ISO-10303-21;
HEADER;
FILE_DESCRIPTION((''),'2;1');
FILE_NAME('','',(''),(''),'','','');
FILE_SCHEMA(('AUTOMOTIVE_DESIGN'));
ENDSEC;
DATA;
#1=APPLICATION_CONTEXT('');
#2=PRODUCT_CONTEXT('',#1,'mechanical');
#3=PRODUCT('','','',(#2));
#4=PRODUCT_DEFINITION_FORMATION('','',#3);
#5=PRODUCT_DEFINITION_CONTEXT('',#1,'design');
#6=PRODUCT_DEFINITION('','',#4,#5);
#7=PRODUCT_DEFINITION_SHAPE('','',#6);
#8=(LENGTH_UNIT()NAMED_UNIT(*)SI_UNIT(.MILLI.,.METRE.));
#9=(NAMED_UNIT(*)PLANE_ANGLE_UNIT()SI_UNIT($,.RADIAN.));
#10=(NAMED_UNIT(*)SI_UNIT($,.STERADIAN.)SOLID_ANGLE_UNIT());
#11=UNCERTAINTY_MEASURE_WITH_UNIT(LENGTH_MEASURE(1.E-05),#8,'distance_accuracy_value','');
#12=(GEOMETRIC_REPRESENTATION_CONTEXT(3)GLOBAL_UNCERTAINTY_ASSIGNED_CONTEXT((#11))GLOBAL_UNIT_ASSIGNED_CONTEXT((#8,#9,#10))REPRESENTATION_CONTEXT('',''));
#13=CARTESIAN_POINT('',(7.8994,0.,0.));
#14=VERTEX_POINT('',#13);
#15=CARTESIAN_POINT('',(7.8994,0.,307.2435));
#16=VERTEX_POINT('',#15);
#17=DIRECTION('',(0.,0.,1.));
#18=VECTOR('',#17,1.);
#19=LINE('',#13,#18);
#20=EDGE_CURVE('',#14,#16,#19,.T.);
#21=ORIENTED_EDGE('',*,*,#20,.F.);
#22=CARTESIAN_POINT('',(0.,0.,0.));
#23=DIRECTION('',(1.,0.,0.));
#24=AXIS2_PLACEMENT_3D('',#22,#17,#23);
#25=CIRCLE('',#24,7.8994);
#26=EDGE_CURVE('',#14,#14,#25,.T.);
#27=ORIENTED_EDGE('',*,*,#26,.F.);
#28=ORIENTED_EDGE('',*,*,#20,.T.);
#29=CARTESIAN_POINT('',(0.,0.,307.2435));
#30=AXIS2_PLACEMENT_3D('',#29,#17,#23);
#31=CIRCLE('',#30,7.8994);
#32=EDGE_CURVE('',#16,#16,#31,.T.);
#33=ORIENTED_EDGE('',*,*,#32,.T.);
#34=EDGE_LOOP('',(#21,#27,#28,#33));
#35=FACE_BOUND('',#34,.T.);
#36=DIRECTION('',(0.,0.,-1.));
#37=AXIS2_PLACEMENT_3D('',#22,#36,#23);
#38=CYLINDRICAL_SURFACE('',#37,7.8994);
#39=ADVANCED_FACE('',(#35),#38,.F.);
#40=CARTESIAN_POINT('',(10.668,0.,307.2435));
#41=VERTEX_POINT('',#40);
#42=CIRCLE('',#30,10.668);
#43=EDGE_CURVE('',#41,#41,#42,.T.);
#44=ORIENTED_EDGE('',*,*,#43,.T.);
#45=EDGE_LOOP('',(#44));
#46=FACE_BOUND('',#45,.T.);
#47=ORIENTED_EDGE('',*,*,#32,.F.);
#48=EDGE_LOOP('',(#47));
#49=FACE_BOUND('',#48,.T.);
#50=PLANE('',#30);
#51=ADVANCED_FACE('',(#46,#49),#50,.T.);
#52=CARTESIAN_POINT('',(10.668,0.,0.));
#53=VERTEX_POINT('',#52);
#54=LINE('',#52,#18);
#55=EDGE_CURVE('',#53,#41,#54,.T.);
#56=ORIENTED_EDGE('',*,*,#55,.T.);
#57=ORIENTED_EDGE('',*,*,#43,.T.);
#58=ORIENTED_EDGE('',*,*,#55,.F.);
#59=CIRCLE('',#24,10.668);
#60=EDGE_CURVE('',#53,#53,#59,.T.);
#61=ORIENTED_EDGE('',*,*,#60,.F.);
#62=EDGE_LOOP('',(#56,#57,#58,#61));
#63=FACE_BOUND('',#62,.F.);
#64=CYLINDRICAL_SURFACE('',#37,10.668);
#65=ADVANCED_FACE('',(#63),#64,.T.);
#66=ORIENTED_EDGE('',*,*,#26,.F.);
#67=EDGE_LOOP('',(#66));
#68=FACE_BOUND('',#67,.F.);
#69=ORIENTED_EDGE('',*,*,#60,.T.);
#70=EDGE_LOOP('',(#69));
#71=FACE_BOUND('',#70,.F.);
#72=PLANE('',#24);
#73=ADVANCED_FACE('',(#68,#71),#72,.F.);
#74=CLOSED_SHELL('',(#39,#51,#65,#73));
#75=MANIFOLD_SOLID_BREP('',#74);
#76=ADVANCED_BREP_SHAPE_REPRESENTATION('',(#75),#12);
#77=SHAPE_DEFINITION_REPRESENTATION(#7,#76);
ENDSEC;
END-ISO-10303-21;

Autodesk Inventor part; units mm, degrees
ref_plane "YZ Plane" through (0, 0, 0) normal (1, 0, 0) x (0, 1, 0)
ref_plane "Start Plane" through (0, 0, 0) normal (0, 0, 1) x (1, 0, 0)
ref_plane "End Plane" through (0, 0, 307.2435) normal (0, 0, 1) x (1, 0, 0)
sketch "Sketch" plane through (0, 0, 0) normal (0, 0, 1) x (1, 0, 0)
  circle A0 centre (0, 0) radius 7.8994
  circle A1 centre (0, 0) radius 10.668
  dimension "d0" = 21.336
  dimension "d1" = 2.7686
extrude "Body" add sketch "Sketch" along normal up to surface (307.2435 mm away) from surface at 0
sketch "Sketch3" plane through (0, 0, 0) normal (0, 0, 1) x (1, 0, 0)
  line L0 (0, 0) -> (10, 0)
ref_plane "Work Plane3" through (0, 0, 0) normal (0, -1, 0) x (1, 0, 0)
sketch "Sketch4" plane through (0, 0, 0) normal (0, -1, 0) x (1, 0, 0)
  line L0 (-2, 0) -> (12, 0) projected
  line L1 (-2, 307.2435) -> (12, 307.2435) projected
  dimension "d7" = 307.2435
equation "\"d0\" = G_H"
equation "\"d1\" = G_T"
equation "\"d2\" = G_L"
equation "\"G_H\" = 21.336"
equation "\"G_T\" = 2.7686"
equation "\"G_L\" = d7"
equation "\"G_OFFSET_START\" = 0"
equation "\"G_OFFSET_END\" = 0"
equation "\"d5\" = G_OFFSET_END + B_L"
equation "\"B_L\" = 307.24347"
properties part number "ANSI - 1/2 x 0.109 - 12.096" material "Steel, Mild"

### WHAT TO PRODUCE
Retype the listing exactly.

### RESPONSE
ISO-10303-21;
HEADER;
FILE_DESCRIPTION((''),'2;1');
FILE_NAME('','',(''),(''),'','','');
FILE_SCHEMA(('AUTOMOTIVE_DESIGN'));
ENDSEC;
DATA;
#1=APPLICATION_CONTEXT('');
#2=PRODUCT_CONTEXT('',#1,'mechanical');
#3=PRODUCT('','','',(#2));
#4=PRODUCT_DEFINITION_FORMATION('','',#3);
#5=PRODUCT_DEFINITION_CONTEXT('',#1,'design');
#6=PRODUCT_DEFINITION('','',#4,#5);
#7=PRODUCT_DEFINITION_SHAPE('','',#6);
#8=(LENGTH_UNIT()NAMED_UNIT(*)SI_UNIT(.MILLI.,.METRE.));
#9=(NAMED_UNIT(*)PLANE_ANGLE_UNIT()SI_UNIT($,.RADIAN.));
#10=(NAMED_UNIT(*)SI_UNIT($,.STERADIAN.)SOLID_ANGLE_UNIT());
#11=UNCERTAINTY_MEASURE_WITH_UNIT(LENGTH_MEASURE(1.E-05),#8,'distance_accuracy_value','');
#12=(GEOMETRIC_REPRESENTATION_CONTEXT(3)GLOBAL_UNCERTAINTY_ASSIGNED_CONTEXT((#11))GLOBAL_UNIT_ASSIGNED_CONTEXT((#8,#9,#10))REPRESENTATION_CONTEXT('',''));
#13=CARTESIAN_POINT('',(7.8994,0.,0.));
#14=VERTEX_POINT('',#13);
#15=CARTESIAN_POINT('',(7.8994,0.,307.2435));
#16=VERTEX_POINT('',#15);
#17=DIRECTION('',(0.,0.,1.));
#18=VECTOR('',#17,1.);
#19=LINE('',#13,#18);
#20=EDGE_CURVE('',#14,#16,#19,.T.);
#21=ORIENTED_EDGE('',*,*,#20,.F.);
#22=CARTESIAN_POINT('',(0.,0.,0.));
#23=DIRECTION('',(1.,0.,0.));
#24=AXIS2_PLACEMENT_3D('',#22,#17,#23);
#25=CIRCLE('',#24,7.8994);
#26=EDGE_CURVE('',#14,#14,#25,.T.);
#27=ORIENTED_EDGE('',*,*,#26,.F.);
#28=ORIENTED_EDGE('',*,*,#20,.T.);
#29=CARTESIAN_POINT('',(0.,0.,307.2435));
#30=AXIS2_PLACEMENT_3D('',#29,#17,#23);
#31=CIRCLE('',#30,7.8994);
#32=EDGE_CURVE('',#16,#16,#31,.T.);
#33=ORIENTED_EDGE('',*,*,#32,.T.);
#34=EDGE_LOOP('',(#21,#27,#28,#33));
#35=FACE_BOUND('',#34,.T.);
#36=DIRECTION('',(0.,0.,-1.));
#37=AXIS2_PLACEMENT_3D('',#22,#36,#23);
#38=CYLINDRICAL_SURFACE('',#37,7.8994);
#39=ADVANCED_FACE('',(#35),#38,.F.);
#40=CARTESIAN_POINT('',(10.668,0.,307.2435));
#41=VERTEX_POINT('',#40);
#42=CIRCLE('',#30,10.668);
#43=EDGE_CURVE('',#41,#41,#42,.T.);
#44=ORIENTED_EDGE('',*,*,#43,.T.);
#45=EDGE_LOOP('',(#44));
#46=FACE_BOUND('',#45,.T.);
#47=ORIENTED_EDGE('',*,*,#32,.F.);
#48=EDGE_LOOP('',(#47));
#49=FACE_BOUND('',#48,.T.);
#50=PLANE('',#30);
#51=ADVANCED_FACE('',(#46,#49),#50,.T.);
#52=CARTESIAN_POINT('',(10.668,0.,0.));
#53=VERTEX_POINT('',#52);
#54=LINE('',#52,#18);
#55=EDGE_CURVE('',#53,#41,#54,.T.);
#56=ORIENTED_EDGE('',*,*,#55,.T.);
#57=ORIENTED_EDGE('',*,*,#43,.T.);
#58=ORIENTED_EDGE('',*,*,#55,.F.);
#59=CIRCLE('',#24,10.668);
#60=EDGE_CURVE('',#53,#53,#59,.T.);
#61=ORIENTED_EDGE('',*,*,#60,.F.);
#62=EDGE_LOOP('',(#56,#57,#58,#61));
#63=FACE_BOUND('',#62,.F.);
#64=CYLINDRICAL_SURFACE('',#37,10.668);
#65=ADVANCED_FACE('',(#63),#64,.T.);
#66=ORIENTED_EDGE('',*,*,#26,.F.);
#67=EDGE_LOOP('',(#66));
#68=FACE_BOUND('',#67,.F.);
#69=ORIENTED_EDGE('',*,*,#60,.T.);
#70=EDGE_LOOP('',(#69));
#71=FACE_BOUND('',#70,.F.);
#72=PLANE('',#24);
#73=ADVANCED_FACE('',(#68,#71),#72,.F.);
#74=CLOSED_SHELL('',(#39,#51,#65,#73));
#75=MANIFOLD_SOLID_BREP('',#74);
#76=ADVANCED_BREP_SHAPE_REPRESENTATION('',(#75),#12);
#77=SHAPE_DEFINITION_REPRESENTATION(#7,#76);
ENDSEC;
END-ISO-10303-21;

Autodesk Inventor part; units mm, degrees
ref_plane "YZ Plane" through (0, 0, 0) normal (1, 0, 0) x (0, 1, 0)
ref_plane "Start Plane" through (0, 0, 0) normal (0, 0, 1) x (1, 0, 0)
ref_plane "End Plane" through (0, 0, 307.2435) normal (0, 0, 1) x (1, 0, 0)
sketch "Sketch" plane through (0, 0, 0) normal (0, 0, 1) x (1, 0, 0)
  circle A0 centre (0, 0) radius 7.8994
  circle A1 centre (0, 0) radius 10.668
  dimension "d0" = 21.336
  dimension "d1" = 2.7686
extrude "Body" add sketch "Sketch" along normal up to surface (307.2435 mm away) from surface at 0
sketch "Sketch3" plane through (0, 0, 0) normal (0, 0, 1) x (1, 0, 0)
  line L0 (0, 0) -> (10, 0)
ref_plane "Work Plane3" through (0, 0, 0) normal (0, -1, 0) x (1, 0, 0)
sketch "Sketch4" plane through (0, 0, 0) normal (0, -1, 0) x (1, 0, 0)
  line L0 (-2, 0) -> (12, 0) projected
  line L1 (-2, 307.2435) -> (12, 307.2435) projected
  dimension "d7" = 307.2435
equation "\"d0\" = G_H"
equation "\"d1\" = G_T"
equation "\"d2\" = G_L"
equation "\"G_H\" = 21.336"
equation "\"G_T\" = 2.7686"
equation "\"G_L\" = d7"
equation "\"G_OFFSET_START\" = 0"
equation "\"G_OFFSET_END\" = 0"
equation "\"d5\" = G_OFFSET_END + B_L"
equation "\"B_L\" = 307.24347"
properties part number "ANSI - 1/2 x 0.109 - 12.096" material "Steel, Mild"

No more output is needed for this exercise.